Dark Language: a Review of "Who Cares? Corporate Governance in Today’s Equity Markets"

Robert Monks

(Guest Post by Robert A.G. Monks) Let me tell you about something I read recently called Who Cares? Corporate Governance in Today’s Equity Markets (OECD Work Paper #8) by Mats Isaksson and Serdar Celik.  Mats has been a major figure in the corporate governance movement for many years and is one of the key people in this field at OECD.  I don’t know Serdar Celik as I know Mats, but the two have created an important and very thought-provoking document that you must read if you’re investing.

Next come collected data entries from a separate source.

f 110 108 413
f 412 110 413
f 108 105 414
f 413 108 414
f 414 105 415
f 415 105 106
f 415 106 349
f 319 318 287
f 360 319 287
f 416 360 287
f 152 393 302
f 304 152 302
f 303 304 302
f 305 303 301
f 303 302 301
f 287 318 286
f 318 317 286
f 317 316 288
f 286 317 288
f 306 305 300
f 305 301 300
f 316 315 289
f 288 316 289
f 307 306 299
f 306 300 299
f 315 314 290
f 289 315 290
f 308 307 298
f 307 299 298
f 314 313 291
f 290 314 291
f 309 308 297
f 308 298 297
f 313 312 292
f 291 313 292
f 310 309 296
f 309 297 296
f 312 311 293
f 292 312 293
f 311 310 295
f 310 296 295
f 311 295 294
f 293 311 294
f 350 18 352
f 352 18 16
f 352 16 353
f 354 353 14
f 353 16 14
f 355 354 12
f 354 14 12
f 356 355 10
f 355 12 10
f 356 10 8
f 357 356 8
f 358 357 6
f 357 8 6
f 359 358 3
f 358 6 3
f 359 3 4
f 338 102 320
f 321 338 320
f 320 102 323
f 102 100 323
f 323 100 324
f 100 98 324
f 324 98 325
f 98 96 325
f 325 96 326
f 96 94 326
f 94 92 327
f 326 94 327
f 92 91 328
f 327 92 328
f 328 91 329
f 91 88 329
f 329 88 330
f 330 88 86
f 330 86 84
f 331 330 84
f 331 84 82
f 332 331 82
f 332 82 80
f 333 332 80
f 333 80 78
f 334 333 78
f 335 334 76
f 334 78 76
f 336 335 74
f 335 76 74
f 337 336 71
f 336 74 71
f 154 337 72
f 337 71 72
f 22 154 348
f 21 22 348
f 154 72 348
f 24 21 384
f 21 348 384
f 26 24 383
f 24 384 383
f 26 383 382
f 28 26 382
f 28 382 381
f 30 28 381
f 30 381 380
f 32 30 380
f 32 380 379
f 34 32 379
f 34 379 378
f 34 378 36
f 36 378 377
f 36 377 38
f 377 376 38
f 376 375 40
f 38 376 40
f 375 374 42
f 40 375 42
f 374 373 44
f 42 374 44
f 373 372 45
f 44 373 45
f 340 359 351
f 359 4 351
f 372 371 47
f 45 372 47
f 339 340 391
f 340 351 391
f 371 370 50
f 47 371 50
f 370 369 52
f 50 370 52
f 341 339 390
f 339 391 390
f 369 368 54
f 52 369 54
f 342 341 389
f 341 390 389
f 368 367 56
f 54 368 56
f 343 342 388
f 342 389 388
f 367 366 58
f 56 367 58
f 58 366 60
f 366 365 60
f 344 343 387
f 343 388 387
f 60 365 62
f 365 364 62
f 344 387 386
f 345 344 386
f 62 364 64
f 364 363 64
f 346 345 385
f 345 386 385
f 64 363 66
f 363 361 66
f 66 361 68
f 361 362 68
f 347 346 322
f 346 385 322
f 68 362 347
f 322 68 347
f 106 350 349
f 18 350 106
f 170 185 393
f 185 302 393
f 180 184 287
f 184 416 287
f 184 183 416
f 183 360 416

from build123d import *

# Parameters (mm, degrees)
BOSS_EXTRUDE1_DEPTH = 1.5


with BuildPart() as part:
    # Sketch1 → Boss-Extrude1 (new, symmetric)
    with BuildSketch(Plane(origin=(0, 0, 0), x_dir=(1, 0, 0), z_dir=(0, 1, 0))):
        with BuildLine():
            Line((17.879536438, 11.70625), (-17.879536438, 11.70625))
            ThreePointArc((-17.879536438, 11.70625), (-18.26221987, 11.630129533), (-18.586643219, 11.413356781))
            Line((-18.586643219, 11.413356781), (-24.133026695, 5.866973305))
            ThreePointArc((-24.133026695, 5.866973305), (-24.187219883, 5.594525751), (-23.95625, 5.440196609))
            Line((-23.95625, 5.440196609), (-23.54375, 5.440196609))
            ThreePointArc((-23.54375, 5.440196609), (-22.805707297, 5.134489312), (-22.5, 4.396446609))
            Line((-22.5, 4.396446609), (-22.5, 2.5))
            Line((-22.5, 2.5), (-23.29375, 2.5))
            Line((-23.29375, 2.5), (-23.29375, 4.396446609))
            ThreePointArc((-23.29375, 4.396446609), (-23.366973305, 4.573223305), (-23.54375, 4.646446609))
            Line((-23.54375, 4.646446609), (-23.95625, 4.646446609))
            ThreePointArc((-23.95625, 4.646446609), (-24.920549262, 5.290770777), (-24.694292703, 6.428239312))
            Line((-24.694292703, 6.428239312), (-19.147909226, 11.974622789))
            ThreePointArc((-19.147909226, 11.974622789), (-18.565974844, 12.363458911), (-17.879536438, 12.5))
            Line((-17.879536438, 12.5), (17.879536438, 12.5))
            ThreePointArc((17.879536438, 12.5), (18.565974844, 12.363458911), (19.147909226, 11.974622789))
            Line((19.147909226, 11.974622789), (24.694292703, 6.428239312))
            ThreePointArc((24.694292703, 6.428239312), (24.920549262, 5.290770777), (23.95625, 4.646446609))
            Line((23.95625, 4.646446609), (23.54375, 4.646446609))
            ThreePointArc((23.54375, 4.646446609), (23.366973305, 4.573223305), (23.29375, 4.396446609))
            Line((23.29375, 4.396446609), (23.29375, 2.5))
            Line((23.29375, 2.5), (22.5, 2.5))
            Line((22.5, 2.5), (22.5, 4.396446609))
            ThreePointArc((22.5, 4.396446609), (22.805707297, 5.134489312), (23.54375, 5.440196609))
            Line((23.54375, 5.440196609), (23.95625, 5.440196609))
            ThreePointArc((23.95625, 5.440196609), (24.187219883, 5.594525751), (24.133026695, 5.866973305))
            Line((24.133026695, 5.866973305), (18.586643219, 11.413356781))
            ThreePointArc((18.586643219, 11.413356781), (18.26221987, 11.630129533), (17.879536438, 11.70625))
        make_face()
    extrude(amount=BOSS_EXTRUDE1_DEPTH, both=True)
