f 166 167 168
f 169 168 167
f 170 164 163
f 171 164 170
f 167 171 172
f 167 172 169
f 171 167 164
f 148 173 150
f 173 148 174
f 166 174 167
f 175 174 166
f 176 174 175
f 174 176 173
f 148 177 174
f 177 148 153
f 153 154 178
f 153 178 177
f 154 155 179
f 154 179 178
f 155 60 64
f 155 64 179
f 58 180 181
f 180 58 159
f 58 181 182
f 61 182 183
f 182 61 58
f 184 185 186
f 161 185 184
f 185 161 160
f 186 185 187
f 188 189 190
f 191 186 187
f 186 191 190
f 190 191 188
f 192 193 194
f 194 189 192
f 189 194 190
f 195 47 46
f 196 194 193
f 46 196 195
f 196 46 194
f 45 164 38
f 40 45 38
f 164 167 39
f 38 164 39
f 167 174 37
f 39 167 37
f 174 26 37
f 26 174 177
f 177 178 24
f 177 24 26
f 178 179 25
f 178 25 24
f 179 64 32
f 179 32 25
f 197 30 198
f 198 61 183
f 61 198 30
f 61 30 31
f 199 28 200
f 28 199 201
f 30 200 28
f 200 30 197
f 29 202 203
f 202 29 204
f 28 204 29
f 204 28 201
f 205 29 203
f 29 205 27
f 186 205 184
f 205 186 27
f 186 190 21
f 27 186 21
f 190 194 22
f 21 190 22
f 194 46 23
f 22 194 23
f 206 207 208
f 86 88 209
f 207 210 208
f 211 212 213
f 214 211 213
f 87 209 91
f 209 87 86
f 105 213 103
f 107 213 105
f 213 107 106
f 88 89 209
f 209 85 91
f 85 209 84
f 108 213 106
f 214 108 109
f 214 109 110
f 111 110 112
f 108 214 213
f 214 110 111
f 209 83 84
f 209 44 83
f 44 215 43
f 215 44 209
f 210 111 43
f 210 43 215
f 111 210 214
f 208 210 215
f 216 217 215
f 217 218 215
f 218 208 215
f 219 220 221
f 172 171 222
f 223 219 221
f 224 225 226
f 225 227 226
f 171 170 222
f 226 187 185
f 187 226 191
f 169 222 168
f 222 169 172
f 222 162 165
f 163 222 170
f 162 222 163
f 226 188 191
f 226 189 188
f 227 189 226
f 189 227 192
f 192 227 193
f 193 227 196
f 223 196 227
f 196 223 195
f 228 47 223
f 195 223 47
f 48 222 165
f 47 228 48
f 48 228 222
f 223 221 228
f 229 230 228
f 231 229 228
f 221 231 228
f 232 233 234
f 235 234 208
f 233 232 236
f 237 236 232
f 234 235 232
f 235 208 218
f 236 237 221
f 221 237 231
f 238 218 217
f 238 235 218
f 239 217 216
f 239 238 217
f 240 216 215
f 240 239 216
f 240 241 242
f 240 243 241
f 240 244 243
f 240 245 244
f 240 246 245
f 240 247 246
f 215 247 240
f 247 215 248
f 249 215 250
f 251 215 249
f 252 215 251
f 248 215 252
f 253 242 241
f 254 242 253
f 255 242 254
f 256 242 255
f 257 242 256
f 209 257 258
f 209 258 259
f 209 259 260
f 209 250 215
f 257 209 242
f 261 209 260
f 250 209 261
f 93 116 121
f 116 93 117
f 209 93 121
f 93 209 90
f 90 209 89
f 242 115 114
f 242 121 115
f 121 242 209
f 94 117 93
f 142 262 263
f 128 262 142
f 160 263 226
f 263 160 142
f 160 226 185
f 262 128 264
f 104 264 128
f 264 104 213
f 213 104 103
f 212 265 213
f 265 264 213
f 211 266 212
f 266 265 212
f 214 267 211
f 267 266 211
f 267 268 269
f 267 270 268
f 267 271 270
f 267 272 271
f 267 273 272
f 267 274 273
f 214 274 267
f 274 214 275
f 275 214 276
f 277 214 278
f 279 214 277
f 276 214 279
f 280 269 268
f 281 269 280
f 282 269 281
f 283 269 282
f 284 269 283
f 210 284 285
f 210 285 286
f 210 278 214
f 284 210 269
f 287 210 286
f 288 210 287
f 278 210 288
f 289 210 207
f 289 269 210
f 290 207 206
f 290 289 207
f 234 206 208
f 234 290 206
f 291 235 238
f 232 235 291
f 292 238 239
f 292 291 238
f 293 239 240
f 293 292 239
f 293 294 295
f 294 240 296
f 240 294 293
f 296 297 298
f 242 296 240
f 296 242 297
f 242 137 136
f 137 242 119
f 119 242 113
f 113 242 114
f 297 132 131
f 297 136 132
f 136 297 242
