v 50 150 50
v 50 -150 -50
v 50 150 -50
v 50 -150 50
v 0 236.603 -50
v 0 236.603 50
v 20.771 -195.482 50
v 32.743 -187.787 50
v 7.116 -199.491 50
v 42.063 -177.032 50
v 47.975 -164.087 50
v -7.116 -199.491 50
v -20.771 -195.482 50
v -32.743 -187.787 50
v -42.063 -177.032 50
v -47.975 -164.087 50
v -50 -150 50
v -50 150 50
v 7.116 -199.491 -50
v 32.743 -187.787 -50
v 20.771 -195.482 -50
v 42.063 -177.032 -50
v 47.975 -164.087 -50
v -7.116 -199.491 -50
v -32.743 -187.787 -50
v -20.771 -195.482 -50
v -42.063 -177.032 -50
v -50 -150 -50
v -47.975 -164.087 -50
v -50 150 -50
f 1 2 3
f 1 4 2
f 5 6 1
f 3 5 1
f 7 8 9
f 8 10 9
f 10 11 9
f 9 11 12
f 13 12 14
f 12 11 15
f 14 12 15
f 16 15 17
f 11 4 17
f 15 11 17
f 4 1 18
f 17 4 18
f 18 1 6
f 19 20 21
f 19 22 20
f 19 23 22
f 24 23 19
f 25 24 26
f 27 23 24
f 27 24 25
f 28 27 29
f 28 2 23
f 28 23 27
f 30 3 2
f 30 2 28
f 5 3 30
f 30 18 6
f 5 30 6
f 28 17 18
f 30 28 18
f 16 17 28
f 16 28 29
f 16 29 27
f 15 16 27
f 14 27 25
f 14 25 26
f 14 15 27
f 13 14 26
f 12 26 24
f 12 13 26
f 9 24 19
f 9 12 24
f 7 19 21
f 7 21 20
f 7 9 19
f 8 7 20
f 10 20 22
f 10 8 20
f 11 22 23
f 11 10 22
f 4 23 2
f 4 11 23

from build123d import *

# Parameters (mm, degrees)
CROQUIS2_W              = 100
CROQUIS2_H              = 300
SALIENTE_EXTRUIR2_DEPTH = 50


with BuildPart() as part:
    # Croquis2 → Saliente-Extruir2 (new body, symmetric)
    with BuildSketch(Plane.XY):
        Polygon((0, 236.602540378), (50, 150), (-50, 150), align=None)
        Rectangle(CROQUIS2_W, CROQUIS2_H)
        with BuildLine():
            Line((50, -150), (-50, -150))
            ThreePointArc((-50, -150), (0, -200), (50, -150))
        make_face()
    extrude(amount=SALIENTE_EXTRUIR2_DEPTH, both=True)


solid = part.part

We’re living in a world where there are many layers between the beneficial owner who enjoys (or suffers) the consequences of how the company performs and the person with legal authority to vote.  As the authors put it, “the growth of intermediation has increased the potential for misaligned incentives.”  The relationship between what they call “savers” and the corporations they own passes through nominee names, it passes through custodians, it passes through various voting advisers, and at the end of the day very little remains of the legal concept of fiduciary duty.  We buy into the idea when we invest but a little bit comes off at each stage and by the time you’re finished there’s nothing left.

As Celik and Isaksson say, “in addition to dark pools,” (which is the trading between large institutions off the market where no one really knows the details of how it’s done) “the general fragmentation of equity markets also makes it harder and more expensive for market participants to monitor markets.”  The result is that it’s very difficult to get an accurate sense of the appetite of owners or who they are when so much of the energy and activity regarding ownership is being conducted in private, undisclosed ways.

They go on to explain that long-term ownership is being crowded out because you’ve got to adapt your trading strategy to high-frequency trading and a diminishing portion of equity investment remains with a long-term strategy, supported by corporate fundamentals.  At the end of the day, there are now very few people we can call shareholders and owners, in the traditional sense.  Virtually everyone else is simply a piece of data with various different programs either doing high-speed trading or balancing algorithmically defined indices, or acting as additional collateral for various short sale contracts.

The amount of real market is much diminished, and because of phenomenon like dark pools and high-frequency trading it’s very difficult to feel any confidence in the pricing mechanism of the market — so much of the activity of the market is taking place where you have no influence over it.

So, the authors have introduced a very interesting line of thought that needs to be taken seriously: we are using outmoded vocabulary and patterns of performance (and concepts of professional obligation) that are utterly lacking in the reality of today’s world.  They bear no relation to what’s actually happening when we invest.  We’ve been very slow to create a new language and new patterns of regulation that maintain or restore the virtues which we’ve taken for granted in participatory capitalism.  Among these is having a marketplace that is a reliable and understandable place in which to determine price.  Dense stuff, indeed – but ideas that we must dig into and understand if we are to be responsible owners.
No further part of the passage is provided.